| Problem requirements |
Please write out all of the records below exactly as they appear.

| Supplied information |
● ● ● ● ●
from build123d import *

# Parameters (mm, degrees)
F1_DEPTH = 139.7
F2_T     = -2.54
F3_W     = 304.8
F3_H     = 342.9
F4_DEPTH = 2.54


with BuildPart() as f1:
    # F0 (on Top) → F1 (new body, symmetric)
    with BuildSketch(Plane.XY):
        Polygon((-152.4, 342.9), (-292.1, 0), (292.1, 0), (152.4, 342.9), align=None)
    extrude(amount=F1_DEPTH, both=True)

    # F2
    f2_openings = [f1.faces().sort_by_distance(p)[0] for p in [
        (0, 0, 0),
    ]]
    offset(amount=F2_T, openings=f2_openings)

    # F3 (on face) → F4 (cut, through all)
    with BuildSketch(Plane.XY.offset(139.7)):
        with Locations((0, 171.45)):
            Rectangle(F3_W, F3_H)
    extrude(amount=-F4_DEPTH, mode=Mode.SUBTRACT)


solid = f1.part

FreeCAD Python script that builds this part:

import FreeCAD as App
import Part
import Sketcher
from FreeCAD import Vector
Q = App.Units.Quantity


def faces_at(feature, points):
    """Names of the faces that lie closest to the given points."""
    faces = feature.Shape.Faces
    near = lambda p: min(range(len(faces)), key=lambda i: faces[i].distToShape(Part.Vertex(*p))[0])
    return sorted({f"Face{near(p) + 1}" for p in points})

doc = App.newDocument("Part")
body = doc.addObject("PartDesign::Body", "Body")

# Sketch on XY plane
sketch1 = body.newObject("Sketcher::SketchObject", "Sketch")
sketch1.AttachmentSupport = (doc.getObject("XY_Plane"), [""])
sketch1.MapMode = "FlatFace"
sketch1.addGeometry([
    Part.LineSegment(Vector(-152, 343, 0), Vector(-292, 0, 0)),
    Part.LineSegment(Vector(-292, 0, 0), Vector(292, 0, 0)),
    Part.LineSegment(Vector(292, 0, 0), Vector(152, 343, 0)),
    Part.LineSegment(Vector(152, 343, 0), Vector(-152, 343, 0)),
], False)
sketch1.addConstraint([
    Sketcher.Constraint("Coincident", 0, 2, 1, 1),
    Sketcher.Constraint("Coincident", 1, 2, 2, 1),
    Sketcher.Constraint("Coincident", 2, 2, 3, 1),
    Sketcher.Constraint("Coincident", 3, 2, 0, 1),
    Sketcher.Constraint("Horizontal", 1),
    Sketcher.Constraint("Horizontal", 3),
    Sketcher.Constraint("Symmetric", 0, 2, 1, 2, -1, 1),
    Sketcher.Constraint("Equal", 0, 2),
    Sketcher.Constraint("DistanceX", 1, 1, 1, 2, Q("23 in")),
    Sketcher.Constraint("DistanceX", 3, 2, 3, 1, Q("12 in")),
    Sketcher.Constraint("DistanceY", -1, 1, 2, 2, Q("13.5 in")),
])
pad1 = body.newObject("PartDesign::Pad", "Pad")
pad1.Profile = sketch1
pad1.Length = Q("11 in")
pad1.Midplane = True
doc.recompute()

thickness = body.newObject("PartDesign::Thickness", "Thickness")
thickness.Base = (pad1, faces_at(pad1, [(0, 0, 0)]))
thickness.Value = Q("0.1 in")
thickness.Reversed = True
thickness.Join = "Arc"

# Sketch on XY plane
sketch2 = body.newObject("Sketcher::SketchObject", "Sketch001")
sketch2.AttachmentSupport = (doc.getObject("XY_Plane"), [""])
sketch2.MapMode = "FlatFace"
sketch2.AttachmentOffset = App.Placement(Vector(0, 0, 5.5 * 25.4), App.Rotation())
sketch2.addGeometry([
    Part.LineSegment(Vector(-152, 343, 0), Vector(-152, 0, 0)),
    Part.LineSegment(Vector(-152, 0, 0), Vector(152, 0, 0)),
    Part.LineSegment(Vector(152, 0, 0), Vector(152, 343, 0)),
    Part.LineSegment(Vector(152, 343, 0), Vector(-152, 343, 0)),
], False)
sketch2.addConstraint([
    Sketcher.Constraint("Coincident", 0, 2, 1, 1),
    Sketcher.Constraint("Coincident", 1, 2, 2, 1),
    Sketcher.Constraint("Coincident", 2, 2, 3, 1),
    Sketcher.Constraint("Coincident", 3, 2, 0, 1),
    Sketcher.Constraint("Vertical", 0),
    Sketcher.Constraint("Horizontal", 1),
    Sketcher.Constraint("Vertical", 2),
    Sketcher.Constraint("Horizontal", 3),
    Sketcher.Constraint("Symmetric", 0, 2, 1, 2, -1, 1),
    Sketcher.Constraint("DistanceX", 1, 1, 1, 2, Q("12 in")),
    Sketcher.Constraint("DistanceY", 0, 2, 0, 1, Q("13.5 in")),
])
pocket1 = body.newObject("PartDesign::Pocket", "Pocket")
pocket1.Profile = sketch2
pocket1.Length = Q("0.1 in")

doc.recompute()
● ● ● ● ●
| Exercise answer |
from build123d import *

# Parameters (mm, degrees)
F1_DEPTH = 139.7
F2_T     = -2.54
F3_W     = 304.8
F3_H     = 342.9
F4_DEPTH = 2.54


with BuildPart() as f1:
    # F0 (on Top) → F1 (new body, symmetric)
    with BuildSketch(Plane.XY):
        Polygon((-152.4, 342.9), (-292.1, 0), (292.1, 0), (152.4, 342.9), align=None)
    extrude(amount=F1_DEPTH, both=True)

    # F2
    f2_openings = [f1.faces().sort_by_distance(p)[0] for p in [
        (0, 0, 0),
    ]]
    offset(amount=F2_T, openings=f2_openings)

    # F3 (on face) → F4 (cut, through all)
    with BuildSketch(Plane.XY.offset(139.7)):
        with Locations((0, 171.45)):
            Rectangle(F3_W, F3_H)
    extrude(amount=-F4_DEPTH, mode=Mode.SUBTRACT)


solid = f1.part

FreeCAD Python script that builds this part:

import FreeCAD as App
import Part
import Sketcher
from FreeCAD import Vector
Q = App.Units.Quantity


def faces_at(feature, points):
    """Names of the faces that lie closest to the given points."""
    faces = feature.Shape.Faces
    near = lambda p: min(range(len(faces)), key=lambda i: faces[i].distToShape(Part.Vertex(*p))[0])
    return sorted({f"Face{near(p) + 1}" for p in points})

doc = App.newDocument("Part")
body = doc.addObject("PartDesign::Body", "Body")

# Sketch on XY plane
sketch1 = body.newObject("Sketcher::SketchObject", "Sketch")
sketch1.AttachmentSupport = (doc.getObject("XY_Plane"), [""])
sketch1.MapMode = "FlatFace"
sketch1.addGeometry([
    Part.LineSegment(Vector(-152, 343, 0), Vector(-292, 0, 0)),
    Part.LineSegment(Vector(-292, 0, 0), Vector(292, 0, 0)),
    Part.LineSegment(Vector(292, 0, 0), Vector(152, 343, 0)),
    Part.LineSegment(Vector(152, 343, 0), Vector(-152, 343, 0)),
], False)
sketch1.addConstraint([
    Sketcher.Constraint("Coincident", 0, 2, 1, 1),
    Sketcher.Constraint("Coincident", 1, 2, 2, 1),
    Sketcher.Constraint("Coincident", 2, 2, 3, 1),
    Sketcher.Constraint("Coincident", 3, 2, 0, 1),
    Sketcher.Constraint("Horizontal", 1),
    Sketcher.Constraint("Horizontal", 3),
    Sketcher.Constraint("Symmetric", 0, 2, 1, 2, -1, 1),
    Sketcher.Constraint("Equal", 0, 2),
    Sketcher.Constraint("DistanceX", 1, 1, 1, 2, Q("23 in")),
    Sketcher.Constraint("DistanceX", 3, 2, 3, 1, Q("12 in")),
    Sketcher.Constraint("DistanceY", -1, 1, 2, 2, Q("13.5 in")),
])
pad1 = body.newObject("PartDesign::Pad", "Pad")
pad1.Profile = sketch1
pad1.Length = Q("11 in")
pad1.Midplane = True
doc.recompute()

thickness = body.newObject("PartDesign::Thickness", "Thickness")
thickness.Base = (pad1, faces_at(pad1, [(0, 0, 0)]))
thickness.Value = Q("0.1 in")
thickness.Reversed = True
thickness.Join = "Arc"

# Sketch on XY plane
sketch2 = body.newObject("Sketcher::SketchObject", "Sketch001")
sketch2.AttachmentSupport = (doc.getObject("XY_Plane"), [""])
sketch2.MapMode = "FlatFace"
sketch2.AttachmentOffset = App.Placement(Vector(0, 0, 5.5 * 25.4), App.Rotation())
sketch2.addGeometry([
    Part.LineSegment(Vector(-152, 343, 0), Vector(-152, 0, 0)),
    Part.LineSegment(Vector(-152, 0, 0), Vector(152, 0, 0)),
    Part.LineSegment(Vector(152, 0, 0), Vector(152, 343, 0)),
    Part.LineSegment(Vector(152, 343, 0), Vector(-152, 343, 0)),
], False)
sketch2.addConstraint([
    Sketcher.Constraint("Coincident", 0, 2, 1, 1),
    Sketcher.Constraint("Coincident", 1, 2, 2, 1),
    Sketcher.Constraint("Coincident", 2, 2, 3, 1),
    Sketcher.Constraint("Coincident", 3, 2, 0, 1),
    Sketcher.Constraint("Vertical", 0),
    Sketcher.Constraint("Horizontal", 1),
    Sketcher.Constraint("Vertical", 2),
    Sketcher.Constraint("Horizontal", 3),
    Sketcher.Constraint("Symmetric", 0, 2, 1, 2, -1, 1),
    Sketcher.Constraint("DistanceX", 1, 1, 1, 2, Q("12 in")),
    Sketcher.Constraint("DistanceY", 0, 2, 0, 1, Q("13.5 in")),
])
pocket1 = body.newObject("PartDesign::Pocket", "Pocket")
pocket1.Profile = sketch2
pocket1.Length = Q("0.1 in")

doc.recompute()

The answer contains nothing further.